SUPPLIED RECORDS
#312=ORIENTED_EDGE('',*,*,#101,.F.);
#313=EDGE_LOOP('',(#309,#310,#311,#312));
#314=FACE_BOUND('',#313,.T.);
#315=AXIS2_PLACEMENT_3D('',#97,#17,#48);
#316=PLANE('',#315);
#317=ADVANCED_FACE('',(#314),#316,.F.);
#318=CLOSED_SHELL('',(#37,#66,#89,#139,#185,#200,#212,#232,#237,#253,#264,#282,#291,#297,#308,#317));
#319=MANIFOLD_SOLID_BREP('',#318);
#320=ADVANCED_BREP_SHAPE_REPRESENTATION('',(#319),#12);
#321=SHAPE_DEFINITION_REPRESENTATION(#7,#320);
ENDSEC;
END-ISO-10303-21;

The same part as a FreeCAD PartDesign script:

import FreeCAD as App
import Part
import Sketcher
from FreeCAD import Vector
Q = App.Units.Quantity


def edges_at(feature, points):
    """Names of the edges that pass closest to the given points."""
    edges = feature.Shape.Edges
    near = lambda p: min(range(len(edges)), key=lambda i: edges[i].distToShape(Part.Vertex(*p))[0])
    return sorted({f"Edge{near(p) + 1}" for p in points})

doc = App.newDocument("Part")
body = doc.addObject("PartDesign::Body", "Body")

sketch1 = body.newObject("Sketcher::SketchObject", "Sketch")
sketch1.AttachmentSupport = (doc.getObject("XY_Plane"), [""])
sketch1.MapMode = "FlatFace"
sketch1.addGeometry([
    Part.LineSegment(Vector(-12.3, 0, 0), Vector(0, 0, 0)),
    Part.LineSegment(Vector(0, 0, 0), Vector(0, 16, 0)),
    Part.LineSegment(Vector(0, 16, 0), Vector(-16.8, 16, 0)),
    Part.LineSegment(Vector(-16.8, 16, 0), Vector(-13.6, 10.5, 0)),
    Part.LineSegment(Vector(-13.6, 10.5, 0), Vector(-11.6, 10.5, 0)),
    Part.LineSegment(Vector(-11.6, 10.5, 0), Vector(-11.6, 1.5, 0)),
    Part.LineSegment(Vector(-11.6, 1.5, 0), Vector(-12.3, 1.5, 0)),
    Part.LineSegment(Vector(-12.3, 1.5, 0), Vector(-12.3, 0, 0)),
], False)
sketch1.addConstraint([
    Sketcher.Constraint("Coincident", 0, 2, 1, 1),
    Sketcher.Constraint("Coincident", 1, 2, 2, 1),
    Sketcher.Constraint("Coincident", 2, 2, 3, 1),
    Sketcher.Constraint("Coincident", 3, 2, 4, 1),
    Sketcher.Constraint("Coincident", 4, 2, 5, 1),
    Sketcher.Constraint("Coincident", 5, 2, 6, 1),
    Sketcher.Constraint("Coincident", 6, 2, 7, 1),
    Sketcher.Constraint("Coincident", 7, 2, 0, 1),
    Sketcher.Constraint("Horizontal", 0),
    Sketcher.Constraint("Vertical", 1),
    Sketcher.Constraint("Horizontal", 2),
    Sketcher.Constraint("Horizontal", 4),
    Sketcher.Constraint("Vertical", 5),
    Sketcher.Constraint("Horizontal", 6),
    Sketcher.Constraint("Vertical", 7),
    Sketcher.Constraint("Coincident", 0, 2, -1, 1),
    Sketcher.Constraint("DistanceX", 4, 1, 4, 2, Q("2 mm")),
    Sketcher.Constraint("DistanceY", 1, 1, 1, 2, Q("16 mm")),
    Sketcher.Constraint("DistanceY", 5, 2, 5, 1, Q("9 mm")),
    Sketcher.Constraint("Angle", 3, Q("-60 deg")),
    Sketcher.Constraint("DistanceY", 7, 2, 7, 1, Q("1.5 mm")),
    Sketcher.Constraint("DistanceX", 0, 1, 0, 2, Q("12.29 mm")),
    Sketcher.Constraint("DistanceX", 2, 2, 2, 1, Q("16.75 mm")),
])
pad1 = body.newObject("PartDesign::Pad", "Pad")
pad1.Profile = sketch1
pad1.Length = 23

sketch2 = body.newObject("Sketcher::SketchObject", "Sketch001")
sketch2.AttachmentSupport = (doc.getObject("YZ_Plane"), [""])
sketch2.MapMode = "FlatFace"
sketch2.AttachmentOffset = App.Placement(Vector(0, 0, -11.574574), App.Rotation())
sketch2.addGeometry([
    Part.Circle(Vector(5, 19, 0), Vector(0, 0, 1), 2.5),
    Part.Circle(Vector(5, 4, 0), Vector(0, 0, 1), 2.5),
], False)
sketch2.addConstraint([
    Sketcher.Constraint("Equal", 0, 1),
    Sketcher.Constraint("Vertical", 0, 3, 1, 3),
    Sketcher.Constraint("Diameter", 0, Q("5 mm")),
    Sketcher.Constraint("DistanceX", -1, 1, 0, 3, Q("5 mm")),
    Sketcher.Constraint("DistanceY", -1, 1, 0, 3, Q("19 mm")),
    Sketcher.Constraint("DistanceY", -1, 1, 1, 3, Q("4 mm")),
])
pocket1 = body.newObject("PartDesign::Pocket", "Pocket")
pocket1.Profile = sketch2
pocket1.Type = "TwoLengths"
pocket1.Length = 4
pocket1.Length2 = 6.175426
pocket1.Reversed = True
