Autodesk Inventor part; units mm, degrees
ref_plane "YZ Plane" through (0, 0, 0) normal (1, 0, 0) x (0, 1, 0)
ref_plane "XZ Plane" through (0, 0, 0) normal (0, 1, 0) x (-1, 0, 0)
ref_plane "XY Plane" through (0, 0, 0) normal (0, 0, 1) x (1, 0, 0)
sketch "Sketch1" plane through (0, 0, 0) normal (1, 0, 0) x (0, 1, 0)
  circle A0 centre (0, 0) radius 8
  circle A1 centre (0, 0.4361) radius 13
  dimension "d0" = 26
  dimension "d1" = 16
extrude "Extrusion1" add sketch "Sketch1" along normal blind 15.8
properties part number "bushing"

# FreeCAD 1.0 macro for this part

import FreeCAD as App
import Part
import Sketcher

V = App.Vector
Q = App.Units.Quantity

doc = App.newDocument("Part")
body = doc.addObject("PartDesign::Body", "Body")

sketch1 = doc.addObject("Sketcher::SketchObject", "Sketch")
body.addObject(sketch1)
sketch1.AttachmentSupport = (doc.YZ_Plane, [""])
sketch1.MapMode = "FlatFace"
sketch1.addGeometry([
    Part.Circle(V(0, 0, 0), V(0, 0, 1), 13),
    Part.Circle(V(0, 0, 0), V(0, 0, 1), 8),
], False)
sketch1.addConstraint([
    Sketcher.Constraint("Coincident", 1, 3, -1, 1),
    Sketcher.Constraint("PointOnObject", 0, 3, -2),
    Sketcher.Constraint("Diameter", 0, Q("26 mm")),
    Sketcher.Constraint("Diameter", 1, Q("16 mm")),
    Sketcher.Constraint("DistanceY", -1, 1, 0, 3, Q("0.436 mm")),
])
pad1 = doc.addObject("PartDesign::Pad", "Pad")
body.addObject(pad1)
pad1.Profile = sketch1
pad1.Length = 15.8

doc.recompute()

---

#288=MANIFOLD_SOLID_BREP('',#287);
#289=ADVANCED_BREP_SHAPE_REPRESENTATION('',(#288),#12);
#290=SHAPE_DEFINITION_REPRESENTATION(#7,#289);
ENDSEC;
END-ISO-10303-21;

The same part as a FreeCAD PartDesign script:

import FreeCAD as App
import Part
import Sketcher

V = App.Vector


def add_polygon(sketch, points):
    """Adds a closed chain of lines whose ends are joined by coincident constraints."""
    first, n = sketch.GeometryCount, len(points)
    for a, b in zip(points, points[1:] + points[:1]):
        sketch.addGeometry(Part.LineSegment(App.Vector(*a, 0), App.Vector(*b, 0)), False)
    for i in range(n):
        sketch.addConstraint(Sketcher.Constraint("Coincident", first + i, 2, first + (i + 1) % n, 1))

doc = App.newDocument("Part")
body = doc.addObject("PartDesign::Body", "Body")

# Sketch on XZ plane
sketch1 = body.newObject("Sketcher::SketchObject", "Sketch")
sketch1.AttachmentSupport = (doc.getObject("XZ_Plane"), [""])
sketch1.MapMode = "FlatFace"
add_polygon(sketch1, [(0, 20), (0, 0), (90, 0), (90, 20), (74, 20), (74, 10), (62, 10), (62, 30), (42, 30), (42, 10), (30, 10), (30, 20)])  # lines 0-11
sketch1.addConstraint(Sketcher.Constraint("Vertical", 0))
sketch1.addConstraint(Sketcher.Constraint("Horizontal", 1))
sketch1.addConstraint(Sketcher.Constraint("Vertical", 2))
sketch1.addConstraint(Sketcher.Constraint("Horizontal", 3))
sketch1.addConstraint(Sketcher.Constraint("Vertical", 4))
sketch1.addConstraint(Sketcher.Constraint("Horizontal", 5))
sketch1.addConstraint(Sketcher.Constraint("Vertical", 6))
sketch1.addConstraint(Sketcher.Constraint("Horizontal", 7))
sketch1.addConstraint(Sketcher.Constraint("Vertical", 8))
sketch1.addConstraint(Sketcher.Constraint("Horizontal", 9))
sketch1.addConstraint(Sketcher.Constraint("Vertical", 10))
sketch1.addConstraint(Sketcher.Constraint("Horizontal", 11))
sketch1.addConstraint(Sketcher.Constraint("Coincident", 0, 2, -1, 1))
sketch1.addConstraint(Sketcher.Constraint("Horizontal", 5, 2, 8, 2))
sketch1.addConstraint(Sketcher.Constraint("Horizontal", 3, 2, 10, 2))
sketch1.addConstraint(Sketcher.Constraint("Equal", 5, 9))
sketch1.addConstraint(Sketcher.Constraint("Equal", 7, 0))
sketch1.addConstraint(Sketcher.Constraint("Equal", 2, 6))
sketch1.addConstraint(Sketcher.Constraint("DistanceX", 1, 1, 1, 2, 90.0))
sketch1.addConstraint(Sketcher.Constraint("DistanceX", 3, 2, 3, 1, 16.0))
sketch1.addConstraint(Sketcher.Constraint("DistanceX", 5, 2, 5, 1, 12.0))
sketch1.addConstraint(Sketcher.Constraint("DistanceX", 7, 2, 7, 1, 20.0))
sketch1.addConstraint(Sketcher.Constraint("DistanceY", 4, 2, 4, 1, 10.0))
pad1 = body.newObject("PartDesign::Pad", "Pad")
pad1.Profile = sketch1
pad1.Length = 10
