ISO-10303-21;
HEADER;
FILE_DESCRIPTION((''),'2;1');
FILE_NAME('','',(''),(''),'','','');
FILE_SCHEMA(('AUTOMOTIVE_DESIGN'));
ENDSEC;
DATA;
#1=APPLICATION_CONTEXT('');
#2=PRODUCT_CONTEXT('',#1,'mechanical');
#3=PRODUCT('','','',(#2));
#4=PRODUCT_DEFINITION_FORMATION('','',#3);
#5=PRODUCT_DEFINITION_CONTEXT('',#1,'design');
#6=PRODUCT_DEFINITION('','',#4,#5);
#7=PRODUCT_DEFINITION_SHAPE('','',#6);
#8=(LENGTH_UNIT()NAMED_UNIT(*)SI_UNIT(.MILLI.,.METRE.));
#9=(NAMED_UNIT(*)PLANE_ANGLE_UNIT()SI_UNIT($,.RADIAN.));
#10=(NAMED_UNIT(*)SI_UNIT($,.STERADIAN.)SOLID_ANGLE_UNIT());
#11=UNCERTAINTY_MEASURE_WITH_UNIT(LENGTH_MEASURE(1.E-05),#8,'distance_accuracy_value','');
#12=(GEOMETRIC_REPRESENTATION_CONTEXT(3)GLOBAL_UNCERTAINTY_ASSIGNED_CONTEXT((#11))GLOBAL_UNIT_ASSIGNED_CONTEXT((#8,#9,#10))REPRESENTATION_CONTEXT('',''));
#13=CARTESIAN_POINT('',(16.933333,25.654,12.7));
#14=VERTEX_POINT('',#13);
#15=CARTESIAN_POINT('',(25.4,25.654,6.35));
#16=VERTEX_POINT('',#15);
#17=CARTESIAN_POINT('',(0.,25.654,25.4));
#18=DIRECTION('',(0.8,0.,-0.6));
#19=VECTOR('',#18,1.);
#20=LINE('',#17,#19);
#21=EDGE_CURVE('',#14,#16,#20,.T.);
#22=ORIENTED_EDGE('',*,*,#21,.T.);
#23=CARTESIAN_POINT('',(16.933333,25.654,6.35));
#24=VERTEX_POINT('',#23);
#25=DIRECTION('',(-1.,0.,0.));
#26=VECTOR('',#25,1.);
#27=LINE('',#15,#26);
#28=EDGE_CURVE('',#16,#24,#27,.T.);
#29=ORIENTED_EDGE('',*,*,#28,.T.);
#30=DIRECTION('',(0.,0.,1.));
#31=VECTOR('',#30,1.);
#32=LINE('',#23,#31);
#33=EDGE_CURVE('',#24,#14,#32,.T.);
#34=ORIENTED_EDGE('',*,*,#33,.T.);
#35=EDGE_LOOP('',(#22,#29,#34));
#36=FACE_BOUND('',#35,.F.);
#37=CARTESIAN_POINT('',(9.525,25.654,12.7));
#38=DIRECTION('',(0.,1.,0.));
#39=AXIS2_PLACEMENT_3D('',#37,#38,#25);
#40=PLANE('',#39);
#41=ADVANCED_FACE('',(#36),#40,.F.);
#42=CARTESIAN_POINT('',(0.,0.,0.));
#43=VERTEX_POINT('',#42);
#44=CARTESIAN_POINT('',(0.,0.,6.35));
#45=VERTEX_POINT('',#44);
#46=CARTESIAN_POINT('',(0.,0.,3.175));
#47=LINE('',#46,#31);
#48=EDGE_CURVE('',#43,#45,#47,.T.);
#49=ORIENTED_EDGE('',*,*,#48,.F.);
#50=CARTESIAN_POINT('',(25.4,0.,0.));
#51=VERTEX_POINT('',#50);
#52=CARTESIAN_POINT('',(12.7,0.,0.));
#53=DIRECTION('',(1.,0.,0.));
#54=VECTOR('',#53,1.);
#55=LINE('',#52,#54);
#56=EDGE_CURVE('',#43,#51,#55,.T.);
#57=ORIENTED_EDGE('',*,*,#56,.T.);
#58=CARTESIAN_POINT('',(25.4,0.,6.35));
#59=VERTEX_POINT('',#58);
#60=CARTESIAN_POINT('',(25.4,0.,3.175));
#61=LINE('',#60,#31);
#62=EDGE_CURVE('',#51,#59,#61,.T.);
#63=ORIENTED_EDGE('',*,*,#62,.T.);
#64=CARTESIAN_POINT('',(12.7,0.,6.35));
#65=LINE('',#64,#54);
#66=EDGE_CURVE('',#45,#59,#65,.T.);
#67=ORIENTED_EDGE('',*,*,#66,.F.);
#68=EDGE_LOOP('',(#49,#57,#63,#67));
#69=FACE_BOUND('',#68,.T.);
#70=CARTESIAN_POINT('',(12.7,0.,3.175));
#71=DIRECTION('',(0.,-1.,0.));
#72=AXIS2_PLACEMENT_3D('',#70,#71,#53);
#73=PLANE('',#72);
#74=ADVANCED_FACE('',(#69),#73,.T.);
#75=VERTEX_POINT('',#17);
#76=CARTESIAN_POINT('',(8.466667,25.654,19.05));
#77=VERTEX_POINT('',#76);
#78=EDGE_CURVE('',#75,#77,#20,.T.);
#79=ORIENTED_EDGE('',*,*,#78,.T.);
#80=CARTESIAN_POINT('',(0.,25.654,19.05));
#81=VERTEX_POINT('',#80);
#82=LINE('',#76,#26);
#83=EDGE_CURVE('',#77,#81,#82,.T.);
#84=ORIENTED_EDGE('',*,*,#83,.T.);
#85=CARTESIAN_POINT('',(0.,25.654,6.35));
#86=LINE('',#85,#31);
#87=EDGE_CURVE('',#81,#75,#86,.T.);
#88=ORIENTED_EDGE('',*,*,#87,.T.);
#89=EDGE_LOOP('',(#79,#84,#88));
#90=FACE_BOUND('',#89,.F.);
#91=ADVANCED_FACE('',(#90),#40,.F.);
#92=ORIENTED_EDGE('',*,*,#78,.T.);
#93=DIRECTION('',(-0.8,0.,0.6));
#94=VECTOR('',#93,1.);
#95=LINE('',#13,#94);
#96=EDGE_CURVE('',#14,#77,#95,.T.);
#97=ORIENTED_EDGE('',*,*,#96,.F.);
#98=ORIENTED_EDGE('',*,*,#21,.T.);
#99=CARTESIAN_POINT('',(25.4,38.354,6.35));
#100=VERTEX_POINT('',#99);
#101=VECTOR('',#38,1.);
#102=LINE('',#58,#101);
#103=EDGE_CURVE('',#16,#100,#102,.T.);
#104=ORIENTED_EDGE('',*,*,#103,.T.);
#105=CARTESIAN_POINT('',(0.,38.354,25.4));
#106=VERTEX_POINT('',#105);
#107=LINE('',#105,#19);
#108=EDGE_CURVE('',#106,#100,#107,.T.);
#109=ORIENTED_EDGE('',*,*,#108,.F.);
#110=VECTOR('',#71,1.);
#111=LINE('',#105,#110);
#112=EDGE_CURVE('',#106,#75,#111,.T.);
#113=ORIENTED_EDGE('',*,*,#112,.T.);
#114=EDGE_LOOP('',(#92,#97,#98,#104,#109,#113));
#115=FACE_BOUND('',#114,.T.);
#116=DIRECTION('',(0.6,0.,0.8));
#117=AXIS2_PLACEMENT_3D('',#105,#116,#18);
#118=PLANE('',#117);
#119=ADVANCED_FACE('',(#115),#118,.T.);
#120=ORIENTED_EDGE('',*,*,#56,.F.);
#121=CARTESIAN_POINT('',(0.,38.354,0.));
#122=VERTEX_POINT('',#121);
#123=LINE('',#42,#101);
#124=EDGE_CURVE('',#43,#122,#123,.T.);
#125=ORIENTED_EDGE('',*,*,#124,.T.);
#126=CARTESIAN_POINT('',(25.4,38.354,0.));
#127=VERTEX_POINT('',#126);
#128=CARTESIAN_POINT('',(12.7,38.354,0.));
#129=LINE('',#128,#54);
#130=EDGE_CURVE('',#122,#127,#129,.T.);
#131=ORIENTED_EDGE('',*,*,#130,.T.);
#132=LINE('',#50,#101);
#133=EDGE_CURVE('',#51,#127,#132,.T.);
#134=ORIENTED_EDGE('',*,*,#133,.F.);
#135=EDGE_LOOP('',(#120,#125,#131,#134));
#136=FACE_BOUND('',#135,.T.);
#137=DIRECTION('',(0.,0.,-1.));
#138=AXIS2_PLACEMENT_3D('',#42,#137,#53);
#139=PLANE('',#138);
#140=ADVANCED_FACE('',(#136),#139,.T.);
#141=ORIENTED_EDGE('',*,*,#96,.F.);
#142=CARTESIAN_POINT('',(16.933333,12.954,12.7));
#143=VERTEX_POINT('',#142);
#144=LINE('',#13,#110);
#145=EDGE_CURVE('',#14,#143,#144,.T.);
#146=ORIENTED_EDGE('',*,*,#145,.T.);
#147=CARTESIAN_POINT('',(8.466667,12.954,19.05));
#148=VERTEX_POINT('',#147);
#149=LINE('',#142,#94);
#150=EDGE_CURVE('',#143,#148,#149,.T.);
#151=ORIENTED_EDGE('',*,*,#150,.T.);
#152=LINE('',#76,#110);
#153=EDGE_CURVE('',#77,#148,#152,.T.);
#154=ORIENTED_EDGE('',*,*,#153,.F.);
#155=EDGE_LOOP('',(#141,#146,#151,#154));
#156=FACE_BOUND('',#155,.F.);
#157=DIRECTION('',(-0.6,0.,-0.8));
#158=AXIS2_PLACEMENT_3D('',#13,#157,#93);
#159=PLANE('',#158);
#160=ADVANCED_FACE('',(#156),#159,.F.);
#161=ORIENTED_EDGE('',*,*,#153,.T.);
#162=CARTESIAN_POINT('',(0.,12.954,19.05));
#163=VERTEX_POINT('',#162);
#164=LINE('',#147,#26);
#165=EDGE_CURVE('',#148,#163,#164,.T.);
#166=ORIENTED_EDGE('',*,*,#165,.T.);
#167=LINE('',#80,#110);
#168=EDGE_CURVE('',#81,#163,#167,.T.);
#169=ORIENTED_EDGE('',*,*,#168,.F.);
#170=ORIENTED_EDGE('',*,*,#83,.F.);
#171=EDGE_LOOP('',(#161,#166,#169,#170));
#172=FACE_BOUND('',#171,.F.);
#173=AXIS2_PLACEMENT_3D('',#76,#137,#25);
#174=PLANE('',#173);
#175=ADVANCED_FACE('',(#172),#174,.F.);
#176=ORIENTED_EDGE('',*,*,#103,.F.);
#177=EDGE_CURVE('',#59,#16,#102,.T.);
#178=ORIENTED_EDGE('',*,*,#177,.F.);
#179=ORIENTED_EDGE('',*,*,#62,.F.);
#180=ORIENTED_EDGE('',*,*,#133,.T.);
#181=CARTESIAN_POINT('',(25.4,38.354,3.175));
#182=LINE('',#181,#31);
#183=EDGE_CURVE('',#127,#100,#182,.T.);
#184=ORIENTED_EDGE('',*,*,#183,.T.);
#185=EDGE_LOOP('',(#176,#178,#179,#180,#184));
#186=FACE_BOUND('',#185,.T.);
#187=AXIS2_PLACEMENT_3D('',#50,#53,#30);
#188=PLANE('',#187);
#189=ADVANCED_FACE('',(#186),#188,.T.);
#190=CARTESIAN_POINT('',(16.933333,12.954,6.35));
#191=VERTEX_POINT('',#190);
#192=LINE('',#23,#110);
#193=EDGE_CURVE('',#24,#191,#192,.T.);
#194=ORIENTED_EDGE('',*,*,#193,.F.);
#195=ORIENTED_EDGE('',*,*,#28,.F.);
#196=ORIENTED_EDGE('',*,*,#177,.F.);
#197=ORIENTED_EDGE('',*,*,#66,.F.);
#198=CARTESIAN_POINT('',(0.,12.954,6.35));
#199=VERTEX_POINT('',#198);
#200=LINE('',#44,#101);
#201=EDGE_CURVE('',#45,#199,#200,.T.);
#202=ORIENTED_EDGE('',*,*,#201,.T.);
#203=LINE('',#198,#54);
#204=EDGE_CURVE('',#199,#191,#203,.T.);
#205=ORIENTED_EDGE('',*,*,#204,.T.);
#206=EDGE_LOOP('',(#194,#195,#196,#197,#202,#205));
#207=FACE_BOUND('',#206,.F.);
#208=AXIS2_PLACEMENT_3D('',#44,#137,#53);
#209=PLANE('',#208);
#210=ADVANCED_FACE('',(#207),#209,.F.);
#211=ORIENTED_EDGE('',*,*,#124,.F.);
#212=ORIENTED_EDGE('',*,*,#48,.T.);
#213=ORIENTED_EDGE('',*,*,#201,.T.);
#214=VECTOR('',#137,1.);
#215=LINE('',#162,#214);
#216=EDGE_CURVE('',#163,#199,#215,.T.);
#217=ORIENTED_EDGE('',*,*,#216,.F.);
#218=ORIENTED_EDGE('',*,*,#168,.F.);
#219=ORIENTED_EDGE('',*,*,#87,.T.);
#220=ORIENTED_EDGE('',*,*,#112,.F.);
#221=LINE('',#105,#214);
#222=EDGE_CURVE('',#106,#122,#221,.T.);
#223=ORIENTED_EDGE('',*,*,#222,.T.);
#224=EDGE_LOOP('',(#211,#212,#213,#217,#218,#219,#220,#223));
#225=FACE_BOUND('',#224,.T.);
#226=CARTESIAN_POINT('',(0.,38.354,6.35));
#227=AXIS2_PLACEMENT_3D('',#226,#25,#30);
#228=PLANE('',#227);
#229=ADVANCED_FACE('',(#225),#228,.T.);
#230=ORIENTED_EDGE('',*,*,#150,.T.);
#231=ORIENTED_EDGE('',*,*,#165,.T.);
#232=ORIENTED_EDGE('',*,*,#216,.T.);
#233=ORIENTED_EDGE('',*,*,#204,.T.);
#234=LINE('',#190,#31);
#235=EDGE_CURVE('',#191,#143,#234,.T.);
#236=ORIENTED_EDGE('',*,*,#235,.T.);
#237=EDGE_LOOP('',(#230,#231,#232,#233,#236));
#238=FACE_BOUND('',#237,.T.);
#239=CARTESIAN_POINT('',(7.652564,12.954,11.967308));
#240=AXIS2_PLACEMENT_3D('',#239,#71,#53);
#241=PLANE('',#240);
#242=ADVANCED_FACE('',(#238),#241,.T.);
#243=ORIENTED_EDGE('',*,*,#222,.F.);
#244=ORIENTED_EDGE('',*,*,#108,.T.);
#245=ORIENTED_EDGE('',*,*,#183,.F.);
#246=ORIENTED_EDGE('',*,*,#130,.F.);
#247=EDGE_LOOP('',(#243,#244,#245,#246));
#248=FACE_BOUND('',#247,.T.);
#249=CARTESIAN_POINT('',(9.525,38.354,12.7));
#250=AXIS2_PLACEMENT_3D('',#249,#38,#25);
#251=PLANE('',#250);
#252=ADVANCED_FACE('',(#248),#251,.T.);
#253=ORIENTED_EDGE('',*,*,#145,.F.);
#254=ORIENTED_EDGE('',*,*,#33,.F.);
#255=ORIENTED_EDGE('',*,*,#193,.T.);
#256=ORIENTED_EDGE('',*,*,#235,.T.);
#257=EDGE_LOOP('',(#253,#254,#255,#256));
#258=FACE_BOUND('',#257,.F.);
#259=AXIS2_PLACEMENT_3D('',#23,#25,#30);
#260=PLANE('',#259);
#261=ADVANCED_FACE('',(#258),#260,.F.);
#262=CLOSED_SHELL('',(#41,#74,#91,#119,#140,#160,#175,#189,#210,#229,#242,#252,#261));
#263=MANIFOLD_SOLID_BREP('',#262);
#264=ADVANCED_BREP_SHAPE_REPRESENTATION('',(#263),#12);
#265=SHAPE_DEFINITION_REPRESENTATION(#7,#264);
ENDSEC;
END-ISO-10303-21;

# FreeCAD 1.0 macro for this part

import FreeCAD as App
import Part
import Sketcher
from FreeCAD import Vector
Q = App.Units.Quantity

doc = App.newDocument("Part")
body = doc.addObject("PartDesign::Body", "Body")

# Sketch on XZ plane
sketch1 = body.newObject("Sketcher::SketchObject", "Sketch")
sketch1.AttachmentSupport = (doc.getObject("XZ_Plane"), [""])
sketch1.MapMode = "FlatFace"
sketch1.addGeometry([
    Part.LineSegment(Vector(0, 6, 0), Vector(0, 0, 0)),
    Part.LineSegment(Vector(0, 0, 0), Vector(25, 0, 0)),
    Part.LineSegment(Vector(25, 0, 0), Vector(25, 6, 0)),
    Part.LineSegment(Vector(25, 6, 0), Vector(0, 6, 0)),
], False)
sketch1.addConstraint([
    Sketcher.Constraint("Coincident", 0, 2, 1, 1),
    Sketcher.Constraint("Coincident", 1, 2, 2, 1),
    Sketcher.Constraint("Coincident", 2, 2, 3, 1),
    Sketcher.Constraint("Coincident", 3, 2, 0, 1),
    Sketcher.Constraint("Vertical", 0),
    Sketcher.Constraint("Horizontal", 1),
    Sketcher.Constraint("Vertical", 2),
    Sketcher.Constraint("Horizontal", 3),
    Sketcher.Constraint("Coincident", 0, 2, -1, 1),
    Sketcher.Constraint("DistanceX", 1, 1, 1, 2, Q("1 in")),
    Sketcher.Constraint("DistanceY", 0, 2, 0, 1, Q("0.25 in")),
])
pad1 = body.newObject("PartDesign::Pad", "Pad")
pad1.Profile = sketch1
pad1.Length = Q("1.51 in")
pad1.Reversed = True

TASK GOAL
From the line holding "#40=PLANE('',#39);" to the line holding "#64=CARTESIAN_POINT('',(12.7,0.,6.35));", inclusive, restate each line above exactly as written.

EXERCISE RESULT
#40=PLANE('',#39);
#41=ADVANCED_FACE('',(#36),#40,.F.);
#42=CARTESIAN_POINT('',(0.,0.,0.));
#43=VERTEX_POINT('',#42);
#44=CARTESIAN_POINT('',(0.,0.,6.35));
#45=VERTEX_POINT('',#44);
#46=CARTESIAN_POINT('',(0.,0.,3.175));
#47=LINE('',#46,#31);
#48=EDGE_CURVE('',#43,#45,#47,.T.);
#49=ORIENTED_EDGE('',*,*,#48,.F.);
#50=CARTESIAN_POINT('',(25.4,0.,0.));
#51=VERTEX_POINT('',#50);
#52=CARTESIAN_POINT('',(12.7,0.,0.));
#53=DIRECTION('',(1.,0.,0.));
#54=VECTOR('',#53,1.);
#55=LINE('',#52,#54);
#56=EDGE_CURVE('',#43,#51,#55,.T.);
#57=ORIENTED_EDGE('',*,*,#56,.T.);
#58=CARTESIAN_POINT('',(25.4,0.,6.35));
#59=VERTEX_POINT('',#58);
#60=CARTESIAN_POINT('',(25.4,0.,3.175));
#61=LINE('',#60,#31);
#62=EDGE_CURVE('',#51,#59,#61,.T.);
#63=ORIENTED_EDGE('',*,*,#62,.T.);
#64=CARTESIAN_POINT('',(12.7,0.,6.35));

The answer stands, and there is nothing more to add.